I have been with my partner for nearly 10 years. A few months ago we have had a threesome with another girl who I worked with - I am bisexual and we had talked about it for a while, since we are quite sexual anyway and were curious, we did it. We were both happy to do it a few times again on seperate occasions after that. 

After those few times I felt that I did not really enjoy it as much anymore and wanted to stop - after a big argument my partner accepted that we would have a break, but during this time he has been chatting with her via social networking sites, but included me in the conversation, so I could see what was being written. I was not really happy with this either, but my partner argued that because I am included in the conversation it is ok!? He is constantly pestering me for when the next time it is that we will do it again!

I like this girl as a friend but not sexually and do not want to do it again!!! I have told my partner this, but we have somehow got into the situation of carrying on the threesome - without me wanting to do it (I know! I should have said: NO! straight away, but I love my partner and wanted to see him happy).

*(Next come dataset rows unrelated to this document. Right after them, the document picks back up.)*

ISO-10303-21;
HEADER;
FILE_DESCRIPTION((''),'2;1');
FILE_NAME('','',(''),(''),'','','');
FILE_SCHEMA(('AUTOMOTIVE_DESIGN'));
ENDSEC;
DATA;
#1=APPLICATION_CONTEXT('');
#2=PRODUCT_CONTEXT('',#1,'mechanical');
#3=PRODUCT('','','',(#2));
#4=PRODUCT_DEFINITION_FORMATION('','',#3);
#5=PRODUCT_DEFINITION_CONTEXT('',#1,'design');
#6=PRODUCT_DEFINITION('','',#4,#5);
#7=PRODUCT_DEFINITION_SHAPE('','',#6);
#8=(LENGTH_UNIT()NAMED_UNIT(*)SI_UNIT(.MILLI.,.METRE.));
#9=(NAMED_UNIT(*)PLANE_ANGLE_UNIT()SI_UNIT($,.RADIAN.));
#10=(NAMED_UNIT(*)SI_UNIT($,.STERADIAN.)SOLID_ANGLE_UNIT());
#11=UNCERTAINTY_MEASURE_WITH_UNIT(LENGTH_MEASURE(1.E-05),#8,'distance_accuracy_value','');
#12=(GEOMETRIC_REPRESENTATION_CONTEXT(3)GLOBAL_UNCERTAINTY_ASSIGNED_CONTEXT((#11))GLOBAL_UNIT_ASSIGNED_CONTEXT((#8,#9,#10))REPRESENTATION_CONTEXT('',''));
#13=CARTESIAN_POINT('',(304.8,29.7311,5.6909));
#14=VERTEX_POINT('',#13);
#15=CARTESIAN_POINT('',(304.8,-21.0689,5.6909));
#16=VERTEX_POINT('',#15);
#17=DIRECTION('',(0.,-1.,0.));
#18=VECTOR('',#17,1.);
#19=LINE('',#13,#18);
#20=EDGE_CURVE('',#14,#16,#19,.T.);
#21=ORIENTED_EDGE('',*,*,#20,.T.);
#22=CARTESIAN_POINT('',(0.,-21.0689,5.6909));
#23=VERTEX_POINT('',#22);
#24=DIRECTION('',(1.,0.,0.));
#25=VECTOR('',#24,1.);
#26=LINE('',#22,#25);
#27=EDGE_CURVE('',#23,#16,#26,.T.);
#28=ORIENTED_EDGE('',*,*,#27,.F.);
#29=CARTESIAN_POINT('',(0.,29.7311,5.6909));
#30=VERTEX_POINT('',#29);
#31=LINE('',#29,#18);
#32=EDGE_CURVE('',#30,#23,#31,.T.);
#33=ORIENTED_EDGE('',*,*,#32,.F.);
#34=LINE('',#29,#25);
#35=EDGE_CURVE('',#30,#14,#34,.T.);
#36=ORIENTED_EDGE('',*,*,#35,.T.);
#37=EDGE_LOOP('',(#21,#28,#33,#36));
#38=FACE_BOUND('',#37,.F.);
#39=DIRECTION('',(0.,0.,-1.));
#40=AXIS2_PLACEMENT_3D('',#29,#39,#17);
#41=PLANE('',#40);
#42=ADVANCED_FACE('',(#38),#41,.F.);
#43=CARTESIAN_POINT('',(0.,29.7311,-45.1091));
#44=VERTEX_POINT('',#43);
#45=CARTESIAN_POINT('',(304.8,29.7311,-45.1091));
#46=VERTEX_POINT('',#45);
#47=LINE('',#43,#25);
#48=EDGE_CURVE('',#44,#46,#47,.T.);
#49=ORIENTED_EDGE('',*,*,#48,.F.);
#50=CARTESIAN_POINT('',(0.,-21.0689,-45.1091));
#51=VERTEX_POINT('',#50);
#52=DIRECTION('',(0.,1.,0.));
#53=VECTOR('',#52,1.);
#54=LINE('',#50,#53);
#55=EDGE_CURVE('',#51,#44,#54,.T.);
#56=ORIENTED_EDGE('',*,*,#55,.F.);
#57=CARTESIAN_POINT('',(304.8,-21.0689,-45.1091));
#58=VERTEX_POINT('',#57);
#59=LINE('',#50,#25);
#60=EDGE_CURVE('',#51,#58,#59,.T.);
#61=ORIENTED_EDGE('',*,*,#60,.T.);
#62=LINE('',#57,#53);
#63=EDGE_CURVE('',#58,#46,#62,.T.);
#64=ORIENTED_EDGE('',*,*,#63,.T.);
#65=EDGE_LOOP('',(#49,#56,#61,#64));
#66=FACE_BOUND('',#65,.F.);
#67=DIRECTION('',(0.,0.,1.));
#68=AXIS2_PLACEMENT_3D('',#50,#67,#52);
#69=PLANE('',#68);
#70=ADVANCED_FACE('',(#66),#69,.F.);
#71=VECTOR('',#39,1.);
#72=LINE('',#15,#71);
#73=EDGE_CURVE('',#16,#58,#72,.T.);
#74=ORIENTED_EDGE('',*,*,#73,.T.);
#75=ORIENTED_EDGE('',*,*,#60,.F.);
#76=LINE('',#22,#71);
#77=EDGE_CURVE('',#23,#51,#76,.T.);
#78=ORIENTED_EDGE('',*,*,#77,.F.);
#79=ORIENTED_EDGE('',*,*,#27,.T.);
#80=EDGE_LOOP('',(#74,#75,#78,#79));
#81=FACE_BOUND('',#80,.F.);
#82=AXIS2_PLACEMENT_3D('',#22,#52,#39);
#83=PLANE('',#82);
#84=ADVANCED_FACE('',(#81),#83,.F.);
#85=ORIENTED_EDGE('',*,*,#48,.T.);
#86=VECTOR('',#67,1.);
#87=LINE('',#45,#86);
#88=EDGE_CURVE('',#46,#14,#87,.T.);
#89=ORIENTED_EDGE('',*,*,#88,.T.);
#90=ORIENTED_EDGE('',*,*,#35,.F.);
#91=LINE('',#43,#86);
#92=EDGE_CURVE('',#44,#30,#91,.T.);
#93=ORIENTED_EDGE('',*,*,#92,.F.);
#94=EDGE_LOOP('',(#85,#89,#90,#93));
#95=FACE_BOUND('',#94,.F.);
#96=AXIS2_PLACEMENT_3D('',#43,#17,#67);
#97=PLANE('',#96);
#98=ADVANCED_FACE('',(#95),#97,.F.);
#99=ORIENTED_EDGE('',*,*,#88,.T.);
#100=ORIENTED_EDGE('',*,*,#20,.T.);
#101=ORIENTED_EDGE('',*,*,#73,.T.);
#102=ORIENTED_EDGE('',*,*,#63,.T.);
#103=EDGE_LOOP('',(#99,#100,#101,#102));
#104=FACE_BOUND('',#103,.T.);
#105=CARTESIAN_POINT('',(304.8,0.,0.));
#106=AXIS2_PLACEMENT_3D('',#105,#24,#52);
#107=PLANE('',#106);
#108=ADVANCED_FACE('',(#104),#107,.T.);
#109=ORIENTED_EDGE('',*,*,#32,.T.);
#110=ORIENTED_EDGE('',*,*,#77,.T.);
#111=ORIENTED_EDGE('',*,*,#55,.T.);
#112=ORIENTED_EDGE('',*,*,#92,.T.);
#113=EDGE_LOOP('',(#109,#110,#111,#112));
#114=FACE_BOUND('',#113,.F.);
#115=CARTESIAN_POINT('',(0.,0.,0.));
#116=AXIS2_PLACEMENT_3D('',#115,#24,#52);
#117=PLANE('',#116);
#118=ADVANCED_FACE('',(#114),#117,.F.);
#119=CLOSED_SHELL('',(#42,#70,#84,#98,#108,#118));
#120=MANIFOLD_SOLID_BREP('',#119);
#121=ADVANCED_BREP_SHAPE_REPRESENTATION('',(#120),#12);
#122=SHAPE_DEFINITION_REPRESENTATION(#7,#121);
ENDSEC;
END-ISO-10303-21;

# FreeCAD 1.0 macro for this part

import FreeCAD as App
import Part
import Sketcher
Q = App.Units.Quantity

doc = App.newDocument("Part")
body = doc.addObject("PartDesign::Body", "Body")

# Sketch on YZ plane
sketch1 = doc.addObject("Sketcher::SketchObject", "Sketch")
body.addObject(sketch1)
sketch1.AttachmentSupport = (doc.YZ_Plane, [""])
sketch1.MapMode = "FlatFace"
sketch1.addGeometry([
    Part.LineSegment(App.Vector(30, -45, 0), App.Vector(30, 6, 0)),
    Part.LineSegment(App.Vector(30, 6, 0), App.Vector(-21, 6, 0)),
    Part.LineSegment(App.Vector(-21, 6, 0), App.Vector(-21, -45, 0)),
    Part.LineSegment(App.Vector(-21, -45, 0), App.Vector(30, -45, 0)),
], False)
sketch1.addConstraint([
    Sketcher.Constraint("Coincident", 0, 2, 1, 1),
    Sketcher.Constraint("Coincident", 1, 2, 2, 1),
    Sketcher.Constraint("Coincident", 2, 2, 3, 1),
    Sketcher.Constraint("Coincident", 3, 2, 0, 1),
    Sketcher.Constraint("Vertical", 0),
    Sketcher.Constraint("Horizontal", 1),
    Sketcher.Constraint("Vertical", 2),
    Sketcher.Constraint("Horizontal", 3),
    Sketcher.Constraint("Equal", 3, 0),
    Sketcher.Constraint("DistanceX", 1, 2, 1, 1, Q("2 in")),
    Sketcher.Constraint("DistanceX", -1, 1, 0, 2, Q("1.1705118 in")),
    Sketcher.Constraint("DistanceY", -1, 1, 0, 2, Q("5.691 mm")),
])
pad1 = doc.addObject("PartDesign::Pad", "Pad")
body.addObject(pad1)
pad1.Profile = sketch1
pad1.Length = Q("12 in")

doc.recompute()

Now, I have had enough and can't bear to see them at it again, so I have told my partner this! MY partners response to this though is that I am overthinking things, I am placing too much emotion on the whole thing, it's just for a bit of fun!! He has even suggested that I get another man involved and that he would be happy to see me ..ck another man!! I feel sick at the thought of another man f..ing me and could never do that! I now feel completely confused - Am I crazy for having the feelings I have? Am I thinking things over too much? Our sexlife is usually amazing, we sometimes do it several times a day and definately don't go without for more than three days!! He even says it is amazing, but that it's nice to have a toy now and again too for a bit of fun!! This cries out to that he is not happy with me, does it not? Please Help??


----------



## LivenW/Love01 (Mar 7, 2012)

I have had an few encounters myself with this kind of thing. When I first met my husband in High School I was actually dating another Girl. I wasnt sure what gender I did like at this point due to a pervert of a grandfather. This by the way leads to sexual gender confussion, along with potentiol drug abuse, and other issues.
Anywho, I knew I did like girls, and he was okay with that, he liked it..Of course a teenage boy will LOVE the fact HIS girl swings both ways..a) bragging rights. b)every boys/mans dream 2 girls at once!
Needless to say he lucked out on MY sexual preferences.And thats just it..These are YOUR sexual preferences. If YOU dont feel comfortable with a sexual encounter he should care enough for you to respect your boundries in that SHARED experience. To be honest if you werent bisexual would he be out having sex with other people? Probably not? He gets to participate because of YOUR sexual preferences. 
Once it crosses that line; and its no longer a Good sexual experience for you, where does that leave your relationship?
Will he expect this the rest of your lives?
Will you get married and still continue?
But ask yourself two things. 1) Are you having threesomes because he wants you to? and 2) How much do you like other women? 
Because If you like women more then men you should choose the latter. But if you really love this guy, your in it for the long haul, you need to SPEAK UP!! In S&M they have safty words for enough.. WHY would you not have something to say now in this situation? 
Listen we all want to keep our men happy, but clearly you have expressed your feeling to him that you dont want this to continue, so why does he want this so badly? 
What is the motive behind more threesomes? Dispite your feelings of uncomfortablness.
Does this girl seem to like your partner more than she should? and does she know that it is just sex, no strings attached? 
If the encounter has happened several times, them sleeping together is becoming normal to either one or the other? 
So in that where is the line or boundries drawn?
My husband has told me "Every one is entitled to their own feelings, we have emotions for a reason" If you FEEL like this isnt cool then trust thoes feelings, dont let him dictate how you should and shouldn't feel about a shared sexual encounter.
I can tell you from experience that there are a few things going on from his part 1) Guilt. Otherwise he wouldnt want another man to get involved. 2) Aloofness. Playing it off like YOUR the one that acting weird, despite your solid feelings on the matter. 3)Persistence, when a partner is going too far sexually we as lovers expect that trust beween eachother right? For example if my lover and I are "bussy" and I say "hay stop" do I expect them to stop? F*@k Yeah, I Do! That rule pretty much goes for everything. 
You should really have a sit down talk with both that girl and your man, like a serious one.


----------



## Jellybeans (Mar 8, 2011)

All the respect is gone now. You opened up Pandora's box and you can't shut it again. What will you do if he decides he isn't ok with just you two having sex anymore? He's already telling you that.
_Posted via Mobile Device_


----------



## that_girl (Jul 6, 2011)

He wants to have sex with other people.

You don't.

So...you have 2 choices. Stay and act like it's ok, or leave. I'd leave.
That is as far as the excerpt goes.